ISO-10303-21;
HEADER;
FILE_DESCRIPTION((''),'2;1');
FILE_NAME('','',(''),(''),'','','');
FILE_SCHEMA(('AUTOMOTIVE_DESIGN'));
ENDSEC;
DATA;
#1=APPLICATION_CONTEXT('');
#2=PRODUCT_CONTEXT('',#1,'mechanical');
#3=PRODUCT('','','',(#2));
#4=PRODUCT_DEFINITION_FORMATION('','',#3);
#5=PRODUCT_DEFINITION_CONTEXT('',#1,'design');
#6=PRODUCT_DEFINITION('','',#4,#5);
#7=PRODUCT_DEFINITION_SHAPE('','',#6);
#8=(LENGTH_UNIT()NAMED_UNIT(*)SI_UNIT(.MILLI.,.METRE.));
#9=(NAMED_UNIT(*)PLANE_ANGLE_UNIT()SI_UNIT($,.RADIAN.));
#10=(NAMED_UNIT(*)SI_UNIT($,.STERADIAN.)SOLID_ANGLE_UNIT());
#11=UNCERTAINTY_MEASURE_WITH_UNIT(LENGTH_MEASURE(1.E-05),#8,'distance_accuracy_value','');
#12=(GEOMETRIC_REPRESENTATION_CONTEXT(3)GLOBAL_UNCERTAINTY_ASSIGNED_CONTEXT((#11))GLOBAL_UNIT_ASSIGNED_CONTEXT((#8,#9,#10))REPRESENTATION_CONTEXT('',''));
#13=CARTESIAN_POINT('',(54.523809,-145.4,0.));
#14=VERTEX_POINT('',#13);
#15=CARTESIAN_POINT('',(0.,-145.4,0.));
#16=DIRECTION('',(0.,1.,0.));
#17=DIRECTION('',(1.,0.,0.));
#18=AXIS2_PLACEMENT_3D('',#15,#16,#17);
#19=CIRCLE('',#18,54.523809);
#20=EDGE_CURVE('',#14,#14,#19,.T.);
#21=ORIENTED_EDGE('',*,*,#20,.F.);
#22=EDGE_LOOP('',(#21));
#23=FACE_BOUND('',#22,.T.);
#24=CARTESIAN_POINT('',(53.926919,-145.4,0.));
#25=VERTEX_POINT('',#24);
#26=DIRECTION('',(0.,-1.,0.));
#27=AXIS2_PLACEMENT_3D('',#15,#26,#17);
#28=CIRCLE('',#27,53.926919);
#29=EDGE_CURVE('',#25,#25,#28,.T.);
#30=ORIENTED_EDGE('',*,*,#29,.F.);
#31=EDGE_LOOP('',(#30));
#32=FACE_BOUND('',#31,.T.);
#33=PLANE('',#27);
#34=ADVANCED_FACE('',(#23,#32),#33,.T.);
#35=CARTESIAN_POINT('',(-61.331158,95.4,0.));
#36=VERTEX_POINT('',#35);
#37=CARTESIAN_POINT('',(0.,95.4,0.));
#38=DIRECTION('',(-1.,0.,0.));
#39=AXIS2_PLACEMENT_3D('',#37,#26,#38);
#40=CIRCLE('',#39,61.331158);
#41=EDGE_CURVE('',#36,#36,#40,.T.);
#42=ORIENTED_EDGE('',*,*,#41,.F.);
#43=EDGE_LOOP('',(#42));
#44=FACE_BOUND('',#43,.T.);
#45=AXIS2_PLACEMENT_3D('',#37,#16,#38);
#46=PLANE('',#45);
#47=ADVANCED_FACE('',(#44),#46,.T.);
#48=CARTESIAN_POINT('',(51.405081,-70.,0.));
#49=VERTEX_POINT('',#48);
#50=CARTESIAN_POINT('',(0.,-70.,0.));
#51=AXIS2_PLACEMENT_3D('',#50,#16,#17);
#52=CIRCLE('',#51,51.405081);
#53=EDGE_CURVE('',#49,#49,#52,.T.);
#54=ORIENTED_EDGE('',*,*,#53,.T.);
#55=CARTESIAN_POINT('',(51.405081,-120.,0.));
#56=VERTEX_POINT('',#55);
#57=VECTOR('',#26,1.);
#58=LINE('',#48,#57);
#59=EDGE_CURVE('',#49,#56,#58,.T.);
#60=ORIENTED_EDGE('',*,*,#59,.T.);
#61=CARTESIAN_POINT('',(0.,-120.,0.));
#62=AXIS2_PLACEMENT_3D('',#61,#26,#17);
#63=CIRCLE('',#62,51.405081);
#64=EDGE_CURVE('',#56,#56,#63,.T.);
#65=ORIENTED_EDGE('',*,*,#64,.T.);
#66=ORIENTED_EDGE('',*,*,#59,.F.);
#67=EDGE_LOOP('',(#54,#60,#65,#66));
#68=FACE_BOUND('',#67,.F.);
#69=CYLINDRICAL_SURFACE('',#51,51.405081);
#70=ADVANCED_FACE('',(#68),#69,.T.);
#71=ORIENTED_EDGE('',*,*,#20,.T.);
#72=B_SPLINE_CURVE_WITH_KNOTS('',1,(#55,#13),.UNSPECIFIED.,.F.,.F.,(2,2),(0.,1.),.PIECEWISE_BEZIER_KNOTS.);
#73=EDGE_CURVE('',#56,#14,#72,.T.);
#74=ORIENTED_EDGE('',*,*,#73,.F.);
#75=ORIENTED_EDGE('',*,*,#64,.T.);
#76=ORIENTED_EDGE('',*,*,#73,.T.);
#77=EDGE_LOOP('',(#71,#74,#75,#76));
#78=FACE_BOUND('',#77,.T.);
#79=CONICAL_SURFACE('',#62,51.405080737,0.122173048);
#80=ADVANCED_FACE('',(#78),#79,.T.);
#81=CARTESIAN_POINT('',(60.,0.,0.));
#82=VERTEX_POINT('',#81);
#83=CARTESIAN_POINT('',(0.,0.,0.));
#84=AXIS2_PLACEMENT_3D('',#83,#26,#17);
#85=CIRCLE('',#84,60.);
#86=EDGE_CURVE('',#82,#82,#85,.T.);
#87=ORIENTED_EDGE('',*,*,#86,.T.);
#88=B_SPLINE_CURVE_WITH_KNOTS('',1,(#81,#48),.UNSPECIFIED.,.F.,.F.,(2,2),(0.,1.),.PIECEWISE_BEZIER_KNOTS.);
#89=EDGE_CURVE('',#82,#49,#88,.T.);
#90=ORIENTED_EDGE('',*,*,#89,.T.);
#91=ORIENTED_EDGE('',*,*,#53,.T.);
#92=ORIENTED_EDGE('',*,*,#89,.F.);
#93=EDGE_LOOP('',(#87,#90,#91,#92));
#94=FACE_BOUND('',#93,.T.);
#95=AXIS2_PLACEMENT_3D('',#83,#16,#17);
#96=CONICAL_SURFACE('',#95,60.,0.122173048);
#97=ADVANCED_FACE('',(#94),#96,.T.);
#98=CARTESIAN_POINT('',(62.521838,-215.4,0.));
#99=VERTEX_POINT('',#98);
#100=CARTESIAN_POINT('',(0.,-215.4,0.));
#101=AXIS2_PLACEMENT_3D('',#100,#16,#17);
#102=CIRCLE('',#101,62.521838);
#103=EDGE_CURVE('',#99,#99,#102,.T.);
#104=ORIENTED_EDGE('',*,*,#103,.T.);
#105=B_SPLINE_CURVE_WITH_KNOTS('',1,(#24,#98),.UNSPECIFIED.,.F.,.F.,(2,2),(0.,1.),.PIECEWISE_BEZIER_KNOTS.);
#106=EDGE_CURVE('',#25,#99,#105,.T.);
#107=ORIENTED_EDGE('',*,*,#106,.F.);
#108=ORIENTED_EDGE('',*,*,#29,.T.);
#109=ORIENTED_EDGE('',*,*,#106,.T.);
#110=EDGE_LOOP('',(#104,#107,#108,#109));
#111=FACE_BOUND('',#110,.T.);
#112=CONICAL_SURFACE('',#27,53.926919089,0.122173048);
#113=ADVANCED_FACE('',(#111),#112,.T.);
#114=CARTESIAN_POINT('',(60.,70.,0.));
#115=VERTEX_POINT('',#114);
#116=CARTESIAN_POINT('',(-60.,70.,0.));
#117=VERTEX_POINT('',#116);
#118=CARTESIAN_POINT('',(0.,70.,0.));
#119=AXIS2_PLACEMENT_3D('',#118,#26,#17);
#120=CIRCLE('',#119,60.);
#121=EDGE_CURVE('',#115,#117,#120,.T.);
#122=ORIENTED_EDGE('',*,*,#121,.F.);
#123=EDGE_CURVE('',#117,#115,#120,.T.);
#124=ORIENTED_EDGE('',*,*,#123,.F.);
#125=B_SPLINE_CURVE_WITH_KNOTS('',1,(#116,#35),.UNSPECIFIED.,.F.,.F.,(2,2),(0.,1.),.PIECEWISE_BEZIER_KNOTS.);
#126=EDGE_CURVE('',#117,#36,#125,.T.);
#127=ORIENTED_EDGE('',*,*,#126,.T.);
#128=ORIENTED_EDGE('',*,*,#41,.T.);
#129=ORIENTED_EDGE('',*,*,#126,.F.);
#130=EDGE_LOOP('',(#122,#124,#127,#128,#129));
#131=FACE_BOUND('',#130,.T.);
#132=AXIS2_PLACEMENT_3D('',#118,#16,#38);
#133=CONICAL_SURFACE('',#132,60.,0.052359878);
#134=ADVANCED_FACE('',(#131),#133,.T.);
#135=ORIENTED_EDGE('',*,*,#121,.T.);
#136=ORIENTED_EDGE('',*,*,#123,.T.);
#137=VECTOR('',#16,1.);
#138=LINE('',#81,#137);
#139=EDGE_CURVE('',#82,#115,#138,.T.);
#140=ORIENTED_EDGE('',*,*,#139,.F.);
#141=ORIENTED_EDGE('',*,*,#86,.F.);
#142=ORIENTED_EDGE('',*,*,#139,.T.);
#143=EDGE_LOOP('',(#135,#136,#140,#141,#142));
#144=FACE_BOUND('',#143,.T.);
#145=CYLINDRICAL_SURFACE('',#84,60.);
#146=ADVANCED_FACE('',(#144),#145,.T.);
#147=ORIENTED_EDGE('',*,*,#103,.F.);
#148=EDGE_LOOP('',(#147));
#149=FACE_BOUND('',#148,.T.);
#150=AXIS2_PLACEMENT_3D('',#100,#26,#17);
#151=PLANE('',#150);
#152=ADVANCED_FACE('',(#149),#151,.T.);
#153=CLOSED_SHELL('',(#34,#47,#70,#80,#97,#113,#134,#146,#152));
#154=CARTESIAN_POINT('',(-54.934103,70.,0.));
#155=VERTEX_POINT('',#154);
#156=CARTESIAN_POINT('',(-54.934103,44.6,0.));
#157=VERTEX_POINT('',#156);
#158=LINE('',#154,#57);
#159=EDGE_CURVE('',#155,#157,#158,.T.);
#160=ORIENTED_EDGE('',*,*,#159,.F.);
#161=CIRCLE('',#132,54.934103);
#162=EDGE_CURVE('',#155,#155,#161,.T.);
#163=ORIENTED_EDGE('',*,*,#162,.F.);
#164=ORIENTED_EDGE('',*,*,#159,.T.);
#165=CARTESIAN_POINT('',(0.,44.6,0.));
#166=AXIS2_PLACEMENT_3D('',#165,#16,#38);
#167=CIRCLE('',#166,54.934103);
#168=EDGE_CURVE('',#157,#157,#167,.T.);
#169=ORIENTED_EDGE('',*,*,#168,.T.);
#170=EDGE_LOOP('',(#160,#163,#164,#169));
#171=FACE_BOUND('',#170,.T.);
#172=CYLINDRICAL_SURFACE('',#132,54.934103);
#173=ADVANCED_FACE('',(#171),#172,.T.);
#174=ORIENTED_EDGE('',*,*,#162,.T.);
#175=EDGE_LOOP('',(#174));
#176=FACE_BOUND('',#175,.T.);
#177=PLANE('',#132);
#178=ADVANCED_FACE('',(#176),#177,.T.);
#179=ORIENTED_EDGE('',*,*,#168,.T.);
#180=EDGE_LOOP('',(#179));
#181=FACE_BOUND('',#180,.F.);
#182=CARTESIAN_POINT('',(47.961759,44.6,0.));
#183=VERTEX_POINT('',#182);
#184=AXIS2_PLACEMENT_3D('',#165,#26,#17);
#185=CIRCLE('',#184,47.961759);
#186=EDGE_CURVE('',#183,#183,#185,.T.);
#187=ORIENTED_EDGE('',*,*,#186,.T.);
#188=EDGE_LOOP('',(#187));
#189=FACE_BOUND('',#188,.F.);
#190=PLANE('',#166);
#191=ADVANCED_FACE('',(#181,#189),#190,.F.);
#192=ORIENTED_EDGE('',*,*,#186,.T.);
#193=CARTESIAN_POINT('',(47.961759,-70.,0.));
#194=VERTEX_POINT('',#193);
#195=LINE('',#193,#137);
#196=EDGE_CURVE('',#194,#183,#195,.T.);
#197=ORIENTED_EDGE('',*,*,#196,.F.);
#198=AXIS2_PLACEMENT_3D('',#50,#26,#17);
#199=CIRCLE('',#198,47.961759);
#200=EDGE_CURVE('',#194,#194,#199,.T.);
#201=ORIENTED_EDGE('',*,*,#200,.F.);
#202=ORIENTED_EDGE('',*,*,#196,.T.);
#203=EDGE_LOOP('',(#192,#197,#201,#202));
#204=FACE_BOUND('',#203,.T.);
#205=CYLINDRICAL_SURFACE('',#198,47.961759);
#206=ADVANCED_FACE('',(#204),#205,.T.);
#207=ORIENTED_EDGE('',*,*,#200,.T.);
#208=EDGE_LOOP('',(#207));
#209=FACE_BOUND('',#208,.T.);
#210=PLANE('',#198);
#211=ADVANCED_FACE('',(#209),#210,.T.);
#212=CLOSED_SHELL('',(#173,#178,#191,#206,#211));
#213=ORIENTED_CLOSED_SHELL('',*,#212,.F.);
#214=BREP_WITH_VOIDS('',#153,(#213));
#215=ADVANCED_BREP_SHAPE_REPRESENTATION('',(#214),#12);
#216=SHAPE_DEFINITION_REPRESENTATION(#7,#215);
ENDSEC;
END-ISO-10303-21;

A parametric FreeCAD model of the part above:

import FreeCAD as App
import Part
import Sketcher

doc = App.newDocument("Part")
body = doc.addObject("PartDesign::Body", "Body")

# Sketch on XZ plane
sketch1 = body.newObject("Sketcher::SketchObject", "Sketch")
sketch1.AttachmentSupport = (doc.getObject("XZ_Plane"), [""])
sketch1.MapMode = "FlatFace"
sketch1.addGeometry(Part.Circle(App.Vector(0, 0, 0), App.Vector(0, 0, 1), 60), False)
sketch1.addConstraint([
    Sketcher.Constraint("Coincident", 0, 3, -1, 1),
    Sketcher.Constraint("Diameter", 0, 120.0),
])
pad1 = body.newObject("PartDesign::Pad", "Pad")
pad1.Profile = sketch1
pad1.Length = 70
pad1.Reversed = True

# Sketch on XZ plane
sketch2 = body.newObject("Sketcher::SketchObject", "Sketch001")
sketch2.AttachmentSupport = (doc.getObject("XZ_Plane"), [""])
sketch2.MapMode = "FlatFace"
sketch2.addGeometry(Part.Circle(App.Vector(0, 0, 0), App.Vector(0, 0, 1), 60), False)
sketch2.addConstraint([
    Sketcher.Constraint("Coincident", 0, 3, -1, 1),
    Sketcher.Constraint("Diameter", 0, 120.0),
])
pad2 = body.newObject("PartDesign::Pad", "Pad001")
pad2.Profile = sketch2
pad2.Length = 70
pad2.TaperAngle = -7

# Sketch on XZ plane
sketch3 = body.newObject("Sketcher::SketchObject", "Sketch002")
sketch3.AttachmentSupport = (doc.getObject("XZ_Plane"), [""])
sketch3.MapMode = "FlatFace"
sketch3.AttachmentOffset = App.Placement(App.Vector(0, 0, -70), App.Rotation())
sketch3.addGeometry(Part.Circle(App.Vector(0, 0, 0), App.Vector(0, 0, 1), 55), False)
sketch3.addConstraint([
    Sketcher.Constraint("Coincident", 0, 3, -1, 1),
    Sketcher.Constraint("Diameter", 0, 109.868206),
])
pocket1 = body.newObject("PartDesign::Pocket", "Pocket")
pocket1.Profile = sketch3
pocket1.Length = 25.4
pocket1.Reversed = True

Aim of the task: Reproduce verbatim only the segment of the listing bounded by the line containing "#16=DIRECTION('',(0.,1.,0.));" and the line containing "#43=EDGE_LOOP('',(#42));", with both boundary lines included.

Problem solution:
#16=DIRECTION('',(0.,1.,0.));
#17=DIRECTION('',(1.,0.,0.));
#18=AXIS2_PLACEMENT_3D('',#15,#16,#17);
#19=CIRCLE('',#18,54.523809);
#20=EDGE_CURVE('',#14,#14,#19,.T.);
#21=ORIENTED_EDGE('',*,*,#20,.F.);
#22=EDGE_LOOP('',(#21));
#23=FACE_BOUND('',#22,.T.);
#24=CARTESIAN_POINT('',(53.926919,-145.4,0.));
#25=VERTEX_POINT('',#24);
#26=DIRECTION('',(0.,-1.,0.));
#27=AXIS2_PLACEMENT_3D('',#15,#26,#17);
#28=CIRCLE('',#27,53.926919);
#29=EDGE_CURVE('',#25,#25,#28,.T.);
#30=ORIENTED_EDGE('',*,*,#29,.F.);
#31=EDGE_LOOP('',(#30));
#32=FACE_BOUND('',#31,.T.);
#33=PLANE('',#27);
#34=ADVANCED_FACE('',(#23,#32),#33,.T.);
#35=CARTESIAN_POINT('',(-61.331158,95.4,0.));
#36=VERTEX_POINT('',#35);
#37=CARTESIAN_POINT('',(0.,95.4,0.));
#38=DIRECTION('',(-1.,0.,0.));
#39=AXIS2_PLACEMENT_3D('',#37,#26,#38);
#40=CIRCLE('',#39,61.331158);
#41=EDGE_CURVE('',#36,#36,#40,.T.);
#42=ORIENTED_EDGE('',*,*,#41,.F.);
#43=EDGE_LOOP('',(#42));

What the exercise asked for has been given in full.